CU’s David Raben (left), Karyn Goodman, and Wells Messersmith visit AstraZeneca to discuss speeding cancer drug development

AstraZeneca is pharmaceutical company committed to developing novel anti-cancer drugs. The University of Colorado Cancer Center is one of the fastest-growing academic cancer research centers in the United States, with hundreds of scientists and doctors working to better understand the disease. Recently, CU Cancer Center leaders visited the AstraZeneca Research and Development Campus in Gaithersburg, Maryland to discuss how a handshake between CU’s academia and AZ’s industry could help both take steps toward the ultimate goal: speeding the delivery of new drugs to cancer patients who need them.

“This was an opportunity to give AstraZeneca a sense of where we’re headed from a research standpoint, and to highlight the tremendous opportunities for collaborations on this campus,” says David Raben, MD, CU Cancer Center investigator and professor in the CU School of Medicine Department of Radiation Oncology.

Joining Raben were Karyn Goodman, MD, CU Cancer Center associate director for Clinical Research, and Wells Messersmith, MD, CU Cancer Center associate director for Translational Research. Among other possible collaborations, Goodman and Messersmith presented their visions for working together to address unmet needs in gastrointestinal cancers including pancreas and esophageal tumors.
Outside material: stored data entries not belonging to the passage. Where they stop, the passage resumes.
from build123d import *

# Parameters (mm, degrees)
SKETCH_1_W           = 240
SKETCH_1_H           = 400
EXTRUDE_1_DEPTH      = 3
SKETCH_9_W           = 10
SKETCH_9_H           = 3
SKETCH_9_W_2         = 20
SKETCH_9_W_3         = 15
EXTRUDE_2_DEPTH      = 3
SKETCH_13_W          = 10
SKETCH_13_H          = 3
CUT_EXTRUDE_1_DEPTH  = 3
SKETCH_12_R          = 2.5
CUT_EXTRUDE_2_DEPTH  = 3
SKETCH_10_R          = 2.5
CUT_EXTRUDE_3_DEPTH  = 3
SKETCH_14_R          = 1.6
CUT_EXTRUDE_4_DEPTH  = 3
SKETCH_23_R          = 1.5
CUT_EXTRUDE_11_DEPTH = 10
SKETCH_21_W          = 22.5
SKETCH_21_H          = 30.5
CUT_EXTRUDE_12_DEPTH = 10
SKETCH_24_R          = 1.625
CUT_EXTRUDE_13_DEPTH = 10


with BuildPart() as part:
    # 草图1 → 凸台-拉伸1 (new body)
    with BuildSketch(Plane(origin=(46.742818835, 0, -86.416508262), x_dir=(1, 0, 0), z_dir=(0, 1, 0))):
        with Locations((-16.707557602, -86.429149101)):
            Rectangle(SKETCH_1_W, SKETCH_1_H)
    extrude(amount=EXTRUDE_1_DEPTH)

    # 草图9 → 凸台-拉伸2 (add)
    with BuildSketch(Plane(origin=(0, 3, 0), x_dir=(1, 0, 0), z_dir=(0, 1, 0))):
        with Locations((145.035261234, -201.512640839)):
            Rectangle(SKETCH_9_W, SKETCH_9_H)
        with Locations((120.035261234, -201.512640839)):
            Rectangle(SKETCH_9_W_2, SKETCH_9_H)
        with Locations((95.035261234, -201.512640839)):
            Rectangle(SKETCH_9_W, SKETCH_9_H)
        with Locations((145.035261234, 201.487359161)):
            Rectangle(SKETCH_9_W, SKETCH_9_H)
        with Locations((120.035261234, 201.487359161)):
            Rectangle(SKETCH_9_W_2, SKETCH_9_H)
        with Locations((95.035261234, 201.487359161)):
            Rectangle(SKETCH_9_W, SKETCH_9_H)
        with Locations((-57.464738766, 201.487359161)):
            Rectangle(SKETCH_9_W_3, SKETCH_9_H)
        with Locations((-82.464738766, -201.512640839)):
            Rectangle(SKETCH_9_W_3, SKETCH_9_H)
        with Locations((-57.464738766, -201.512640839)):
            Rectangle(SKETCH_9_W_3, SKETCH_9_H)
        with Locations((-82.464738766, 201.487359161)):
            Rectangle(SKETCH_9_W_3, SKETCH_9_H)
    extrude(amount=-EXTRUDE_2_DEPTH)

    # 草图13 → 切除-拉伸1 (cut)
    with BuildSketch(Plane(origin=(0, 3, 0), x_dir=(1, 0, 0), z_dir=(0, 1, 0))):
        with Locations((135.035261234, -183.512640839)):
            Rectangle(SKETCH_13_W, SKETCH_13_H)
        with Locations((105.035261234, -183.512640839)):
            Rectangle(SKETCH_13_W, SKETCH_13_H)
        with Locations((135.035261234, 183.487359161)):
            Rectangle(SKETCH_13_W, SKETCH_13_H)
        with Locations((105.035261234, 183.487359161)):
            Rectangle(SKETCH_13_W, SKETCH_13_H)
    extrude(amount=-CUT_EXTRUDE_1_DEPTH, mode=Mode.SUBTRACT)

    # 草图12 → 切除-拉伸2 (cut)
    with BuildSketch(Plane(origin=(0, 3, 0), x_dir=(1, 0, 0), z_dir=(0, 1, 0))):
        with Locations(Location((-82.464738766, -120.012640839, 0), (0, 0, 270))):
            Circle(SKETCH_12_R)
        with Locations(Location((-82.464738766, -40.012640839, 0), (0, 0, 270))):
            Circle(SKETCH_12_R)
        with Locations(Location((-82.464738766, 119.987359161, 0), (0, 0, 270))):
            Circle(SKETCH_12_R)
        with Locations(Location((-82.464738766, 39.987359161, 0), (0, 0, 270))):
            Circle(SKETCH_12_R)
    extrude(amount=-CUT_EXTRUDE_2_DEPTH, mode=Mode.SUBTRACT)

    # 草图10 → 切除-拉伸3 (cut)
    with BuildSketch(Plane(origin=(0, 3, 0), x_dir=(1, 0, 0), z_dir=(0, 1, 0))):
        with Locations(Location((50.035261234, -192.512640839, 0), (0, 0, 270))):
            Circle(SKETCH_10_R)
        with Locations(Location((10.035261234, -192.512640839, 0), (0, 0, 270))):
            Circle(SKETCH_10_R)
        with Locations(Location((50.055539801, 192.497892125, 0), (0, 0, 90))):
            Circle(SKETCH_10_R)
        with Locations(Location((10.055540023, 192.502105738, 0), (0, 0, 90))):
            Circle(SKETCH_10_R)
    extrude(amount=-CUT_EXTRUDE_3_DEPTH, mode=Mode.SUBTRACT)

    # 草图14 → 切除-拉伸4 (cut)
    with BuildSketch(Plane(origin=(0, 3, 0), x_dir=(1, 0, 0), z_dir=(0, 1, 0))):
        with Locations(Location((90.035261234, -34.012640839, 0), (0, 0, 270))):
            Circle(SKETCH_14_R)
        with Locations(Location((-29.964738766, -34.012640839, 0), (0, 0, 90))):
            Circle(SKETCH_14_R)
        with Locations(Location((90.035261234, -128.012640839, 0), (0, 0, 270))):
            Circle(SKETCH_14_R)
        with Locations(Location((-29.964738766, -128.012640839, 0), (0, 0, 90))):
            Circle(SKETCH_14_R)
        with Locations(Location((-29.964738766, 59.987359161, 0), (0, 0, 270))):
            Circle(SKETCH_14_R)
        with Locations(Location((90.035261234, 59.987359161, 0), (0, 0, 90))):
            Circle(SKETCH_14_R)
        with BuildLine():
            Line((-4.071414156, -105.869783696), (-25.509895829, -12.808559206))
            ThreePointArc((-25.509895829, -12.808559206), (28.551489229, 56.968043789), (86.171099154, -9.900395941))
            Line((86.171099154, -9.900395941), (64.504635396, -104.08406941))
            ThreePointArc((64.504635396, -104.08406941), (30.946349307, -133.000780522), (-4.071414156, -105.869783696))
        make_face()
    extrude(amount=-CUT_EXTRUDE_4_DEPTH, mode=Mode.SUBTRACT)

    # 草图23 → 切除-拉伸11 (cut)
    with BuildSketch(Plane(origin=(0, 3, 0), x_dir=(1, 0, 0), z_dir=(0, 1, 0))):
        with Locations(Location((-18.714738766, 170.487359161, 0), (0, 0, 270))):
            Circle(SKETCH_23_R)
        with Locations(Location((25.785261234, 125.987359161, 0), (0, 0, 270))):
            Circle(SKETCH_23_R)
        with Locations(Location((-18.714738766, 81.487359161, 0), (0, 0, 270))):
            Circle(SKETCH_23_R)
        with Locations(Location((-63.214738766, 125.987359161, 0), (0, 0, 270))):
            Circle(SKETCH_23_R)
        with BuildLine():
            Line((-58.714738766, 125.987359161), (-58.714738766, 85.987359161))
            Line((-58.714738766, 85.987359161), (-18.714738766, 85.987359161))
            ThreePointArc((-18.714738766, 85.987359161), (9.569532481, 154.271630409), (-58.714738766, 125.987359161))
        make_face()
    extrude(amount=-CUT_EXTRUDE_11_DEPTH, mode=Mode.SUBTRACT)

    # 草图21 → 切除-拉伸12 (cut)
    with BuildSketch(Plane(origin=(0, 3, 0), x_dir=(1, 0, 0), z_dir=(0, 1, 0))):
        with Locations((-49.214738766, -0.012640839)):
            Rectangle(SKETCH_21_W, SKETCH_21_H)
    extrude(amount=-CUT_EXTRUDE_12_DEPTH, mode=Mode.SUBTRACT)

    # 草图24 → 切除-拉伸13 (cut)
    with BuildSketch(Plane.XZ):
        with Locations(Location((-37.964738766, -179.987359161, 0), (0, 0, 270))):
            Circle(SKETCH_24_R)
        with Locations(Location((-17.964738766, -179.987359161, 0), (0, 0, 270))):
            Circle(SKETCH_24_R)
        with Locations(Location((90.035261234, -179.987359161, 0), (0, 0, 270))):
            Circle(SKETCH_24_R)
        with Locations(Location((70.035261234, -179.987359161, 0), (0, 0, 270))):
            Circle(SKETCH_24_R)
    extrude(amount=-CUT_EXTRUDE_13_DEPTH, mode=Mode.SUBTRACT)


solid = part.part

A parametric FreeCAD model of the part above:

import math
import FreeCAD as App
import Part
import Sketcher
Q = App.Units.Quantity

doc = App.newDocument("Part")
params = doc.addObject("Spreadsheet::Sheet", "Params")
for row, (alias, value) in enumerate([
    ("sketch1_width", "240 mm"),
    ("sketch1_height", "400 mm"),
    ("pad1_length", "3 mm"),
    ("sketch2_width", "10 mm"),
    ("sketch2_width2", "20 mm"),
    ("sketch2_width3", "15 mm"),
    ("sketch2_height", "3 mm"),
    ("pad2_length", "3 mm"),
    ("sketch3_width", "10 mm"),
    ("sketch3_height", "3 mm"),
    ("pocket1_length", "3 mm"),
    ("sketch4_diameter", "5 mm"),
    ("pocket2_length", "3 mm"),
    ("sketch5_diameter", "5 mm"),
    ("pocket3_length", "3 mm"),
    ("sketch6_radius", "35 mm"),
    ("sketch6_radius2", "57 mm"),
    ("sketch6_diameter", "3.2 mm"),
    ("pocket4_length", "3 mm"),
    ("sketch7_diameter", "3 mm"),
    ("sketch7_radius", "40 mm"),
    ("pocket5_length", "10 mm"),
    ("sketch8_width", "22.5 mm"),
    ("sketch8_height", "30.5 mm"),
    ("pocket6_length", "10 mm"),
    ("sketch9_diameter", "3.25 mm"),
    ("pocket7_length", "10 mm"),
], start=1):
    params.set(f"A{row}", alias)
    params.set(f"B{row}", "=" + value)
    params.setAlias(f"B{row}", alias)

body = doc.addObject("PartDesign::Body", "Body")

# Sketch on XZ plane
sketch1 = doc.addObject("Sketcher::SketchObject", "Sketch")
body.addObject(sketch1)
sketch1.AttachmentSupport = (doc.XZ_Plane, [""])
sketch1.MapMode = "FlatFace"
sketch1.addGeometry(Part.LineSegment(App.Vector(-90, -200, 0), App.Vector(-90, 200, 0)), False)
sketch1.addGeometry(Part.LineSegment(App.Vector(-90, 200, 0), App.Vector(150, 200, 0)), False)
sketch1.addGeometry(Part.LineSegment(App.Vector(150, 200, 0), App.Vector(150, -200, 0)), False)
sketch1.addGeometry(Part.LineSegment(App.Vector(150, -200, 0), App.Vector(-90, -200, 0)), False)
sketch1.addConstraint(Sketcher.Constraint("Coincident", 0, 2, 1, 1))
sketch1.addConstraint(Sketcher.Constraint("Coincident", 1, 2, 2, 1))
sketch1.addConstraint(Sketcher.Constraint("Coincident", 2, 2, 3, 1))
sketch1.addConstraint(Sketcher.Constraint("Coincident", 3, 2, 0, 1))
sketch1.addConstraint(Sketcher.Constraint("Vertical", 0))
sketch1.addConstraint(Sketcher.Constraint("Horizontal", 1))
sketch1.addConstraint(Sketcher.Constraint("Vertical", 2))
sketch1.addConstraint(Sketcher.Constraint("Horizontal", 3))
sketch1.addConstraint(Sketcher.Constraint("DistanceX", 1, 1, 1, 2, Q("240 mm")))
sketch1.addConstraint(Sketcher.Constraint("DistanceY", 0, 1, 0, 2, Q("400 mm")))
sketch1.addConstraint(Sketcher.Constraint("DistanceX", 0, 2, -1, 1, Q("89.964739 mm")))
sketch1.addConstraint(Sketcher.Constraint("DistanceY", -1, 1, 0, 2, Q("200.012641 mm")))
sketch1.setExpression("Constraints[8]", "Params.sketch1_width")
sketch1.setExpression("Constraints[9]", "Params.sketch1_height")
pad1 = doc.addObject("PartDesign::Pad", "Pad")
body.addObject(pad1)
pad1.Profile = sketch1
pad1.setExpression("Length", "Params.pad1_length")
pad1.Reversed = True

# Sketch on XZ plane
sketch2 = doc.addObject("Sketcher::SketchObject", "Sketch001")
body.addObject(sketch2)
sketch2.AttachmentSupport = (doc.XZ_Plane, [""])
sketch2.MapMode = "FlatFace"
sketch2.AttachmentOffset = App.Placement(App.Vector(0, 0, -3), App.Rotation())
sketch2.addGeometry(Part.LineSegment(App.Vector(140, 200, 0), App.Vector(140, 203, 0)), False)
sketch2.addGeometry(Part.LineSegment(App.Vector(140, 203, 0), App.Vector(150, 203, 0)), False)
sketch2.addGeometry(Part.LineSegment(App.Vector(150, 203, 0), App.Vector(150, 200, 0)), False)
sketch2.addGeometry(Part.LineSegment(App.Vector(150, 200, 0), App.Vector(140, 200, 0)), False)
sketch2.addGeometry(Part.LineSegment(App.Vector(110, 200, 0), App.Vector(110, 203, 0)), False)
sketch2.addGeometry(Part.LineSegment(App.Vector(110, 203, 0), App.Vector(130, 203, 0)), False)
sketch2.addGeometry(Part.LineSegment(App.Vector(130, 203, 0), App.Vector(130, 200, 0)), False)
sketch2.addGeometry(Part.LineSegment(App.Vector(130, 200, 0), App.Vector(110, 200, 0)), False)
sketch2.addGeometry(Part.LineSegment(App.Vector(90, 200, 0), App.Vector(90, 203, 0)), False)
sketch2.addGeometry(Part.LineSegment(App.Vector(90, 203, 0), App.Vector(100, 203, 0)), False)
sketch2.addGeometry(Part.LineSegment(App.Vector(100, 203, 0), App.Vector(100, 200, 0)), False)
sketch2.addGeometry(Part.LineSegment(App.Vector(100, 200, 0), App.Vector(90, 200, 0)), False)
sketch2.addGeometry(Part.LineSegment(App.Vector(140, -203, 0), App.Vector(140, -200, 0)), False)
sketch2.addGeometry(Part.LineSegment(App.Vector(140, -200, 0), App.Vector(150, -200, 0)), False)
sketch2.addGeometry(Part.LineSegment(App.Vector(150, -200, 0), App.Vector(150, -203, 0)), False)
sketch2.addGeometry(Part.LineSegment(App.Vector(150, -203, 0), App.Vector(140, -203, 0)), False)
sketch2.addGeometry(Part.LineSegment(App.Vector(110, -203, 0), App.Vector(110, -200, 0)), False)
sketch2.addGeometry(Part.LineSegment(App.Vector(110, -200, 0), App.Vector(130, -200, 0)), False)
sketch2.addGeometry(Part.LineSegment(App.Vector(130, -200, 0), App.Vector(130, -203, 0)), False)
sketch2.addGeometry(Part.LineSegment(App.Vector(130, -203, 0), App.Vector(110, -203, 0)), False)
sketch2.addGeometry(Part.LineSegment(App.Vector(90, -203, 0), App.Vector(90, -200, 0)), False)
sketch2.addGeometry(Part.LineSegment(App.Vector(90, -200, 0), App.Vector(100, -200, 0)), False)
sketch2.addGeometry(Part.LineSegment(App.Vector(100, -200, 0), App.Vector(100, -203, 0)), False)
sketch2.addGeometry(Part.LineSegment(App.Vector(100, -203, 0), App.Vector(90, -203, 0)), False)
sketch2.addGeometry(Part.LineSegment(App.Vector(-65, -203, 0), App.Vector(-65, -200, 0)), False)
sketch2.addGeometry(Part.LineSegment(App.Vector(-65, -200, 0), App.Vector(-50, -200, 0)), False)
sketch2.addGeometry(Part.LineSegment(App.Vector(-50, -200, 0), App.Vector(-50, -203, 0)), False)
sketch2.addGeometry(Part.LineSegment(App.Vector(-50, -203, 0), App.Vector(-65, -203, 0)), False)
sketch2.addGeometry(Part.LineSegment(App.Vector(-90, 200, 0), App.Vector(-90, 203, 0)), False)
sketch2.addGeometry(Part.LineSegment(App.Vector(-90, 203, 0), App.Vector(-75, 203, 0)), False)
sketch2.addGeometry(Part.LineSegment(App.Vector(-75, 203, 0), App.Vector(-75, 200, 0)), False)
sketch2.addGeometry(Part.LineSegment(App.Vector(-75, 200, 0), App.Vector(-90, 200, 0)), False)
sketch2.addGeometry(Part.LineSegment(App.Vector(-65, 200, 0), App.Vector(-65, 203, 0)), False)
sketch2.addGeometry(Part.LineSegment(App.Vector(-65, 203, 0), App.Vector(-50, 203, 0)), False)
sketch2.addGeometry(Part.LineSegment(App.Vector(-50, 203, 0), App.Vector(-50, 200, 0)), False)
sketch2.addGeometry(Part.LineSegment(App.Vector(-50, 200, 0), App.Vector(-65, 200, 0)), False)
sketch2.addGeometry(Part.LineSegment(App.Vector(-90, -203, 0), App.Vector(-90, -200, 0)), False)
sketch2.addGeometry(Part.LineSegment(App.Vector(-90, -200, 0), App.Vector(-75, -200, 0)), False)
sketch2.addGeometry(Part.LineSegment(App.Vector(-75, -200, 0), App.Vector(-75, -203, 0)), False)
sketch2.addGeometry(Part.LineSegment(App.Vector(-75, -203, 0), App.Vector(-90, -203, 0)), False)
sketch2.addConstraint(Sketcher.Constraint("Coincident", 0, 2, 1, 1))
sketch2.addConstraint(Sketcher.Constraint("Coincident", 1, 2, 2, 1))
sketch2.addConstraint(Sketcher.Constraint("Coincident", 2, 2, 3, 1))
sketch2.addConstraint(Sketcher.Constraint("Coincident", 3, 2, 0, 1))
sketch2.addConstraint(Sketcher.Constraint("Coincident", 4, 2, 5, 1))
sketch2.addConstraint(Sketcher.Constraint("Coincident", 5, 2, 6, 1))
sketch2.addConstraint(Sketcher.Constraint("Coincident", 6, 2, 7, 1))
“The goal is to find strategic areas to partner with companies like AstraZeneca both in the pre-clinical and clinical settings, with seamless clinical trial development and activation across our campuses,” Raben says, pointing out that clinical trial design is changing dramatically as the new, targeted therapies are tested against a cancer’s activating mutations, irrespective of where a cancer lives in the body. “We hope that AstraZeneca can be a partner in basket or umbrella trials, rapidly testing their novel drugs and immunotherapy agents across disease sites, in combinations with existing treatments like chemotherapy and radiation to move forward in larger trials.”

Leaders from the CU Cancer Center lung cancer program including Paul Bunn, Jr., MD, Ross Camidge, MD, PhD, and Robert Doebele, MD, PhD, joined via teleconference to discuss collaborations specifically focused on lung cancer.

The evolution of the CU/AZ partnership continues to keep it at the cutting edge. For example,  the recently completed PACIFIC trial, funded by AstraZeneca, showed that the company’s immunotherapy drug, durvalumab, extended the lives of stage III non-small cell lung cancer patients after the use of chemoradiation, which Raben calls, “the most significant advance in the standard of care for stage III lung cancer in over two decades.” Now, Dr. Camidge continues as the principal investigator at CU for the AZ-sponsored COAST trial, testing newer drugs in combination with durvalumab after chemo-radiation for Stage III non-small cell lung cancer.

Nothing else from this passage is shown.